> [DATASET]:

|---|

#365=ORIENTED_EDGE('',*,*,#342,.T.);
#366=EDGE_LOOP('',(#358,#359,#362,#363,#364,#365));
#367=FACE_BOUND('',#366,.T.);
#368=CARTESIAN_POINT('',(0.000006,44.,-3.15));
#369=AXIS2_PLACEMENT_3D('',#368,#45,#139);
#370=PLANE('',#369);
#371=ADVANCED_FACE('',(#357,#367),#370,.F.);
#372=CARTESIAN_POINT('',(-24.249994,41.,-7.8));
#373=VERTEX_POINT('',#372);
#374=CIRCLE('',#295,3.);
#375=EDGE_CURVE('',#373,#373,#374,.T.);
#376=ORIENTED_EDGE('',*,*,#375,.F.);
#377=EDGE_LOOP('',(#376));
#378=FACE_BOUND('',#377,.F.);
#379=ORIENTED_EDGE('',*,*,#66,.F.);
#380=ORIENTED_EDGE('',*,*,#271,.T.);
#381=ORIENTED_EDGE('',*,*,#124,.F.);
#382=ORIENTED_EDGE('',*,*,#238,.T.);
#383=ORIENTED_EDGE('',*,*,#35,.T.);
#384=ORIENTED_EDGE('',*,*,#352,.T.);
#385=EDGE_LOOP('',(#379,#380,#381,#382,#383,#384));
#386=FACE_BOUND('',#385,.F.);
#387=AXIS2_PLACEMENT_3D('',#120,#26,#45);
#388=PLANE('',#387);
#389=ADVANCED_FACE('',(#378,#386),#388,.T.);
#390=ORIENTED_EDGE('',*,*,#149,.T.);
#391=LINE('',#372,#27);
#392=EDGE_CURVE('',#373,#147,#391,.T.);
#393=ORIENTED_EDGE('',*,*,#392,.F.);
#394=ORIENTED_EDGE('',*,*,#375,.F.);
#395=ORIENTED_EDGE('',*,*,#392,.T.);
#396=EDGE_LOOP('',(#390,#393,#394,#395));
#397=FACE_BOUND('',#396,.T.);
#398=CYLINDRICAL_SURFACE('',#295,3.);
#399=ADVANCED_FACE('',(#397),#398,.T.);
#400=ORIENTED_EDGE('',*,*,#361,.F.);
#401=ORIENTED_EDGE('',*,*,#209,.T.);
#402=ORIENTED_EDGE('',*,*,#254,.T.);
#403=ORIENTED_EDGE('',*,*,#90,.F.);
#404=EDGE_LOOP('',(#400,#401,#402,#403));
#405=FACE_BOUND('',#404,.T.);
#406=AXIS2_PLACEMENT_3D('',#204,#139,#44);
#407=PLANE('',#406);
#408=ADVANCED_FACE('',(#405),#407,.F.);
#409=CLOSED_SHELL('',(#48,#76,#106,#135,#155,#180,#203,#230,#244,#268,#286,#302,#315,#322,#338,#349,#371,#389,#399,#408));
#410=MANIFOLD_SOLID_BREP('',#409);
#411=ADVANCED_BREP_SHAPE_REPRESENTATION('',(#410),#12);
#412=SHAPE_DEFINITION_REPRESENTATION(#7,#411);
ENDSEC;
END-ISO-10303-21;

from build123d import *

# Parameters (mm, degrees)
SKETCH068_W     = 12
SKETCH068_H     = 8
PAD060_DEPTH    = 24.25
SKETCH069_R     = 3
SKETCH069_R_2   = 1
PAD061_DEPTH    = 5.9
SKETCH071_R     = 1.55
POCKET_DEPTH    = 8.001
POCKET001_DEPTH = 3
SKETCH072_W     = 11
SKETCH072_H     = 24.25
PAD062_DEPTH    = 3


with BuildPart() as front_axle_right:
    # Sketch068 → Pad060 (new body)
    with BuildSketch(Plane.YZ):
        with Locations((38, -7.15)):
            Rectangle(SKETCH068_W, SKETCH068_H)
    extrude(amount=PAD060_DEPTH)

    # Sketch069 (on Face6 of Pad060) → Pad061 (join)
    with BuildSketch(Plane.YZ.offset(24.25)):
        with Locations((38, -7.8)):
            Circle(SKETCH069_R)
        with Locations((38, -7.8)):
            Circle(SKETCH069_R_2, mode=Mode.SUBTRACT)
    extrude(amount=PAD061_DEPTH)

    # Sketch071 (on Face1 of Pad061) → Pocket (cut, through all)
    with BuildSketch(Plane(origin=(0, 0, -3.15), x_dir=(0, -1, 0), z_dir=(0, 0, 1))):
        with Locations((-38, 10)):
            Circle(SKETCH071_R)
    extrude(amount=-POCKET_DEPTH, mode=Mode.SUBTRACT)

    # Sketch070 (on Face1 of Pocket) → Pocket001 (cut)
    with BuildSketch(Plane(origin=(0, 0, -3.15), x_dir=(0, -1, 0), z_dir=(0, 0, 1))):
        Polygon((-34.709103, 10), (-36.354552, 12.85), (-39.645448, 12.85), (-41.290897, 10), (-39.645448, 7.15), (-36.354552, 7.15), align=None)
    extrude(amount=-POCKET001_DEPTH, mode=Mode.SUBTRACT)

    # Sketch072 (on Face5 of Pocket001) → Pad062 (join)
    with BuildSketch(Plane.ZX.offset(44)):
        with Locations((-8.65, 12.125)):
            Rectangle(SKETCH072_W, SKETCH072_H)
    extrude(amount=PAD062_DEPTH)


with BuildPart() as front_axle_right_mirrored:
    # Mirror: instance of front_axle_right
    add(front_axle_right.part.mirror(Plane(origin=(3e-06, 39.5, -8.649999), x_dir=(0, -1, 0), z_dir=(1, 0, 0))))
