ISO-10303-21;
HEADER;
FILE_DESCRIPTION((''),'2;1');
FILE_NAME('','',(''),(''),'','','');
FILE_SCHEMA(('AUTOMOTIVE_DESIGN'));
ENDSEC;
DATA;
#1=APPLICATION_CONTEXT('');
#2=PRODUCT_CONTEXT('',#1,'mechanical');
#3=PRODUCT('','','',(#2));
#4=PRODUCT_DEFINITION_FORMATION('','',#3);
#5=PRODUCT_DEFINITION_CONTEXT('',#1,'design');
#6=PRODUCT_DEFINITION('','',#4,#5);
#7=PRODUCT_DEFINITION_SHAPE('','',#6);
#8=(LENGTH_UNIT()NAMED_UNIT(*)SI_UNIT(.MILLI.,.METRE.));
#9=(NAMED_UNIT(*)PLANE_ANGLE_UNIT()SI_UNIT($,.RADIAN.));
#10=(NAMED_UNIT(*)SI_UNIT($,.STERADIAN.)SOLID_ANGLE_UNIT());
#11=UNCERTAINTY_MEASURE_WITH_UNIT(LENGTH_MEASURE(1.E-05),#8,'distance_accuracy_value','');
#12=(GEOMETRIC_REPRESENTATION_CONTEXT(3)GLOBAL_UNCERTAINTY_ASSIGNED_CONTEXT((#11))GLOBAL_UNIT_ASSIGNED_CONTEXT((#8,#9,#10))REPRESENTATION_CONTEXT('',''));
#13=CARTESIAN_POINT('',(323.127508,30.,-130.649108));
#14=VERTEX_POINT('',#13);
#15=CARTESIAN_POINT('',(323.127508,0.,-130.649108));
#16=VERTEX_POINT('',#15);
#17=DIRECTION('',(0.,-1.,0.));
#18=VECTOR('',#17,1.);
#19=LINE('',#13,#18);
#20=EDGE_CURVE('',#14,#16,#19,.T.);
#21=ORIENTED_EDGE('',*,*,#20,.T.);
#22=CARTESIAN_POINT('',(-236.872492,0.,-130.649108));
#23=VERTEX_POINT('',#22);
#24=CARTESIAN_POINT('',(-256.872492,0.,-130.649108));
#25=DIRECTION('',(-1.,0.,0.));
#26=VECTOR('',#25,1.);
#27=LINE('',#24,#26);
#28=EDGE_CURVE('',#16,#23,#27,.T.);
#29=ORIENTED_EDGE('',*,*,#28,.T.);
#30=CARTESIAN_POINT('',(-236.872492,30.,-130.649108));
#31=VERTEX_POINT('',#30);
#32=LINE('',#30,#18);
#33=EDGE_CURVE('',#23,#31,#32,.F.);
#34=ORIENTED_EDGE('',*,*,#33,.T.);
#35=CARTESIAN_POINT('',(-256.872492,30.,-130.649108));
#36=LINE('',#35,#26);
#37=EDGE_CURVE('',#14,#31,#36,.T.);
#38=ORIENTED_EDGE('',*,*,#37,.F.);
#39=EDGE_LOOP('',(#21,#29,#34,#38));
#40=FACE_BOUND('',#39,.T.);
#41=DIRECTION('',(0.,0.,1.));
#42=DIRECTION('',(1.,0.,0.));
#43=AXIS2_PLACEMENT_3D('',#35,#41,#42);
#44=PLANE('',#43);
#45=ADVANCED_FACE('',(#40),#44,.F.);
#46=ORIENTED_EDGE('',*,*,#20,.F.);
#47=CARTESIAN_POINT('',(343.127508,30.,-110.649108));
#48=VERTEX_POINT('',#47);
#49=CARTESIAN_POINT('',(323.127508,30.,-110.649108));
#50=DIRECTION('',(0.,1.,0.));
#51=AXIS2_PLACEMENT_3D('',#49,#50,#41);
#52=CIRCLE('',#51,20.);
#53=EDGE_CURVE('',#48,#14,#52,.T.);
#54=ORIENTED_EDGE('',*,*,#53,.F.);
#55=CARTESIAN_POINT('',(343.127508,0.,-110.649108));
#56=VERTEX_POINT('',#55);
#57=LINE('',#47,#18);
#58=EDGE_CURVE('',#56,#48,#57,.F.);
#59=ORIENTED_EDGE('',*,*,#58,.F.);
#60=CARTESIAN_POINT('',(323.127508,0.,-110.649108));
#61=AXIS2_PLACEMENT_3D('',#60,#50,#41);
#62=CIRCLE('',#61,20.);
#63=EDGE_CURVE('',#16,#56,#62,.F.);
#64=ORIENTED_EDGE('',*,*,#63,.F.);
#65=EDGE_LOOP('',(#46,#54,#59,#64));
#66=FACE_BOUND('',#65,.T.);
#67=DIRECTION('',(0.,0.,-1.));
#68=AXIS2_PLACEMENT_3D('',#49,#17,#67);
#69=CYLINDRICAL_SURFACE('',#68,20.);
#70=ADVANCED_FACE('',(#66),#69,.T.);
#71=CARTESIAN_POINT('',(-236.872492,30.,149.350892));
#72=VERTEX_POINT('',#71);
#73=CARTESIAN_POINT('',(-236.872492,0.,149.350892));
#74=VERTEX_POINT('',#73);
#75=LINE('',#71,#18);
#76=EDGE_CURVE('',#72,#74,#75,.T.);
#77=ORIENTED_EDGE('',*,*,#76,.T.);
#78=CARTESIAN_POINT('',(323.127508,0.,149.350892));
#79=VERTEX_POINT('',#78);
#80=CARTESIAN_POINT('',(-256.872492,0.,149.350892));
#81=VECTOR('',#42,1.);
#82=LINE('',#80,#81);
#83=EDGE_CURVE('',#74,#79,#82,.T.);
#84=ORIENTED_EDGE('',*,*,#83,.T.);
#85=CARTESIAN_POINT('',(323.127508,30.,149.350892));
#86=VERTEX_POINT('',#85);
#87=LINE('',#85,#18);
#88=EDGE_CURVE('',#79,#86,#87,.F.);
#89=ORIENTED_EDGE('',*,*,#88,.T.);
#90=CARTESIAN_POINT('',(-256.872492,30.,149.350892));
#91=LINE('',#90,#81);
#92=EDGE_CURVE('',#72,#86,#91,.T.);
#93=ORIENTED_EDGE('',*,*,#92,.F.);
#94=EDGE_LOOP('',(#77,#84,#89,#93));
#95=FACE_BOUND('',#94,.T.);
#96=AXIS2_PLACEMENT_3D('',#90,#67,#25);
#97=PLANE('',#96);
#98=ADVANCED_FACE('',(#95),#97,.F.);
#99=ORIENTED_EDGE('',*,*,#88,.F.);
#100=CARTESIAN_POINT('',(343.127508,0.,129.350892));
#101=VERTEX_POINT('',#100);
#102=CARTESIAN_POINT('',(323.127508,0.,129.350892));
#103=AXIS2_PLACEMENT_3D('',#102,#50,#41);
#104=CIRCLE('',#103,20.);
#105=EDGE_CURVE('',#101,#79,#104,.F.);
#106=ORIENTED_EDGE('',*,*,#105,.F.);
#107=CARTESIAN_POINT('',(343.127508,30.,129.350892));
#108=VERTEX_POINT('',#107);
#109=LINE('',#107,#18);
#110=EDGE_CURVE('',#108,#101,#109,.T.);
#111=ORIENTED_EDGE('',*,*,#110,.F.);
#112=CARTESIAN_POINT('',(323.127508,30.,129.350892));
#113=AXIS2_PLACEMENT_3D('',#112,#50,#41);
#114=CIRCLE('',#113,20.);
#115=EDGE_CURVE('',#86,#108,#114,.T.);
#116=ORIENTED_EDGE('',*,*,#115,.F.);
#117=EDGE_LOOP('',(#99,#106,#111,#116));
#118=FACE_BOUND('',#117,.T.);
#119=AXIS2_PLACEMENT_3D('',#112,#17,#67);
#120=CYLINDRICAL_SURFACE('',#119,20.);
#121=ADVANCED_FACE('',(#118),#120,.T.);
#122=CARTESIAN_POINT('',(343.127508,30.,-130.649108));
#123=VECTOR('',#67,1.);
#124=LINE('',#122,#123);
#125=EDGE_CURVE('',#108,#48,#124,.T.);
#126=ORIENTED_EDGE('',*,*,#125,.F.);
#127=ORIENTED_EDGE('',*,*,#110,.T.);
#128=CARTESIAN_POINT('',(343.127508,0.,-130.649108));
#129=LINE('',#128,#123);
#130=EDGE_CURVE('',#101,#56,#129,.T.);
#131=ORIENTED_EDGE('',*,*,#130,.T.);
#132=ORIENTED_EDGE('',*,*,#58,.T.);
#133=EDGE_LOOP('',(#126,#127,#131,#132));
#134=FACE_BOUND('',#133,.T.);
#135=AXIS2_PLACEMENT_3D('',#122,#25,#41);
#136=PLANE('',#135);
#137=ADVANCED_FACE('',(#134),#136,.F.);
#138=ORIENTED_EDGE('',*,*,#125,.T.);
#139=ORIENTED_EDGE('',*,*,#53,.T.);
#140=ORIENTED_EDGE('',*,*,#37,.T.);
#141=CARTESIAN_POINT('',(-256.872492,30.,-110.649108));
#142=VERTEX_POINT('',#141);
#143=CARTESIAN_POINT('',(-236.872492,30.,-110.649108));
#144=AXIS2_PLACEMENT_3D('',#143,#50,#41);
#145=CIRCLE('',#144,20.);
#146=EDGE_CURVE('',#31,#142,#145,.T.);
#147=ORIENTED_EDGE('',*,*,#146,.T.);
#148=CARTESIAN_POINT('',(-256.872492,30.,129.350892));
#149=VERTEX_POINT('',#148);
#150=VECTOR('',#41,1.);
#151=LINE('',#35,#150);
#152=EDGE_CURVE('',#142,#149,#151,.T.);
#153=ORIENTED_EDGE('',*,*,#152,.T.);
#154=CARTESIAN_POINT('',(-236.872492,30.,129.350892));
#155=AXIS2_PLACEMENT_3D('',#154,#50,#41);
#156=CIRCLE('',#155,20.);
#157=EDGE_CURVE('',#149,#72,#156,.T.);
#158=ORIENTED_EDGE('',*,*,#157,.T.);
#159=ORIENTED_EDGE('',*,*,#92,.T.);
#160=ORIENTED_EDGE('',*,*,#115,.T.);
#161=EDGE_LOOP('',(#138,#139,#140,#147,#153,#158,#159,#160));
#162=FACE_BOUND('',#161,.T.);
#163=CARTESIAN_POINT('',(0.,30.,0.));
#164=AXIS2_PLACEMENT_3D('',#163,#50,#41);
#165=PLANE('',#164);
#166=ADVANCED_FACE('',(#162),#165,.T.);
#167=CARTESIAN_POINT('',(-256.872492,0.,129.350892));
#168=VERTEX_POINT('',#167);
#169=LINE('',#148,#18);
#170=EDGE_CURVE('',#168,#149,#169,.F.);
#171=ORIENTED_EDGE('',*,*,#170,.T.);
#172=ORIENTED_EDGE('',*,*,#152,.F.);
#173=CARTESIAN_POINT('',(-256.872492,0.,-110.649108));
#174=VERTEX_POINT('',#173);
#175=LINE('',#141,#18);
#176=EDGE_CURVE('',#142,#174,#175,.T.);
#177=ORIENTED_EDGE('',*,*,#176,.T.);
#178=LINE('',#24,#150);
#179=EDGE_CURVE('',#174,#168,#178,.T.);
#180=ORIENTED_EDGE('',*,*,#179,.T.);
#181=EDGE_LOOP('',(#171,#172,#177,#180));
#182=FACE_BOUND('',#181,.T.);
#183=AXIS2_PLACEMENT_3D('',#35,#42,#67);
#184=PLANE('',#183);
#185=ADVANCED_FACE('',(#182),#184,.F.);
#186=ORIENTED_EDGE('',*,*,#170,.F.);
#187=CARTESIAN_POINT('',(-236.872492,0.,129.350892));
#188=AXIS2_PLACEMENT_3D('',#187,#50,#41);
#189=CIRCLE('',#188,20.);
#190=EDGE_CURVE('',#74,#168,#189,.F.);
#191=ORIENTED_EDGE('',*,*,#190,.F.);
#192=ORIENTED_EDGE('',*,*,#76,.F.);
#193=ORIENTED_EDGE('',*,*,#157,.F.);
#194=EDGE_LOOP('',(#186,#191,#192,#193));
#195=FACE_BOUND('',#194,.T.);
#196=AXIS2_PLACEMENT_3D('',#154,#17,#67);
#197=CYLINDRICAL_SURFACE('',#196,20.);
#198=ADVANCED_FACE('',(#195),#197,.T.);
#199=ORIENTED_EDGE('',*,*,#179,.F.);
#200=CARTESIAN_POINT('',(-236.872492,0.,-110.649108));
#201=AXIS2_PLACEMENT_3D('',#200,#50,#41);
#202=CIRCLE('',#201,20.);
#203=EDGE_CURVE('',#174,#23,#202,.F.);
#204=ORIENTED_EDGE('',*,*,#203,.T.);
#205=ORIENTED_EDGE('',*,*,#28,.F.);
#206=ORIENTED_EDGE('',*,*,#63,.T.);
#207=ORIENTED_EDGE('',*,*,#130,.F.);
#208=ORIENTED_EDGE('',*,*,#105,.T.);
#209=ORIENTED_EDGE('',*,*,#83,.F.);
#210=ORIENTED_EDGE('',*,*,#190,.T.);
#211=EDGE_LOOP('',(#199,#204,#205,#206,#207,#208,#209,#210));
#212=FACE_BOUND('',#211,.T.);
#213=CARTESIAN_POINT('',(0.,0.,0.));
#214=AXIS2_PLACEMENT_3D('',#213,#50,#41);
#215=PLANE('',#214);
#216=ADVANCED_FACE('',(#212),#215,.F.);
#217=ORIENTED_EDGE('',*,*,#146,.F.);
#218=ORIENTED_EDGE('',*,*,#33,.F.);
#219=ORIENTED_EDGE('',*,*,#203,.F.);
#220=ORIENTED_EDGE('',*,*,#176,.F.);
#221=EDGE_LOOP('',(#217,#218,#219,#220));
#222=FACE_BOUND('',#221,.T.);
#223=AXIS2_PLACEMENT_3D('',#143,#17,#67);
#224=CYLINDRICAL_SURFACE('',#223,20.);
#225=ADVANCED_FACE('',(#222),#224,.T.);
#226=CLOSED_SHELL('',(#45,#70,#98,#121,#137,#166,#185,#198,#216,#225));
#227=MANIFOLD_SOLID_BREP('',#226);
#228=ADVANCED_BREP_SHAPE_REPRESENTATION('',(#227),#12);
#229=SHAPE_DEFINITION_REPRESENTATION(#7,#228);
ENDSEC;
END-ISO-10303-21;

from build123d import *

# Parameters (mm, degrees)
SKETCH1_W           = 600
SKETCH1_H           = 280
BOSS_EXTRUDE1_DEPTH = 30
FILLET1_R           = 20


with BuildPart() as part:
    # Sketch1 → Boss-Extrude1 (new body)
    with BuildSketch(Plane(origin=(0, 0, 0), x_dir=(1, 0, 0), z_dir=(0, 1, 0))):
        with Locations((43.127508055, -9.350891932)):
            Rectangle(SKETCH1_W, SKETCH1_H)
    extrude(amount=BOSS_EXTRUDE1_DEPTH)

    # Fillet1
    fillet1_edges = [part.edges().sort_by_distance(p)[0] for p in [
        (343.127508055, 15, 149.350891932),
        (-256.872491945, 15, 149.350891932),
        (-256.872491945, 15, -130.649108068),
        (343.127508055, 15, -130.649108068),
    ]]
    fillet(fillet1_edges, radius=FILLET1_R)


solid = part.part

|---|

> [WHAT YOU HAVE TO DO]:
Begin at the first line of the material and transcribe each line exactly. End with the line containing "#400=ORIENTED_EDGE('',*,*,#361,.F.);", and give nothing else.

> [PROBLEM SOLUTION]:
#365=ORIENTED_EDGE('',*,*,#342,.T.);
#366=EDGE_LOOP('',(#358,#359,#362,#363,#364,#365));
#367=FACE_BOUND('',#366,.T.);
#368=CARTESIAN_POINT('',(0.000006,44.,-3.15));
#369=AXIS2_PLACEMENT_3D('',#368,#45,#139);
#370=PLANE('',#369);
#371=ADVANCED_FACE('',(#357,#367),#370,.F.);
#372=CARTESIAN_POINT('',(-24.249994,41.,-7.8));
#373=VERTEX_POINT('',#372);
#374=CIRCLE('',#295,3.);
#375=EDGE_CURVE('',#373,#373,#374,.T.);
#376=ORIENTED_EDGE('',*,*,#375,.F.);
#377=EDGE_LOOP('',(#376));
#378=FACE_BOUND('',#377,.F.);
#379=ORIENTED_EDGE('',*,*,#66,.F.);
#380=ORIENTED_EDGE('',*,*,#271,.T.);
#381=ORIENTED_EDGE('',*,*,#124,.F.);
#382=ORIENTED_EDGE('',*,*,#238,.T.);
#383=ORIENTED_EDGE('',*,*,#35,.T.);
#384=ORIENTED_EDGE('',*,*,#352,.T.);
#385=EDGE_LOOP('',(#379,#380,#381,#382,#383,#384));
#386=FACE_BOUND('',#385,.F.);
#387=AXIS2_PLACEMENT_3D('',#120,#26,#45);
#388=PLANE('',#387);
#389=ADVANCED_FACE('',(#378,#386),#388,.T.);
#390=ORIENTED_EDGE('',*,*,#149,.T.);
#391=LINE('',#372,#27);
#392=EDGE_CURVE('',#373,#147,#391,.T.);
#393=ORIENTED_EDGE('',*,*,#392,.F.);
#394=ORIENTED_EDGE('',*,*,#375,.F.);
#395=ORIENTED_EDGE('',*,*,#392,.T.);
#396=EDGE_LOOP('',(#390,#393,#394,#395));
#397=FACE_BOUND('',#396,.T.);
#398=CYLINDRICAL_SURFACE('',#295,3.);
#399=ADVANCED_FACE('',(#397),#398,.T.);
#400=ORIENTED_EDGE('',*,*,#361,.F.);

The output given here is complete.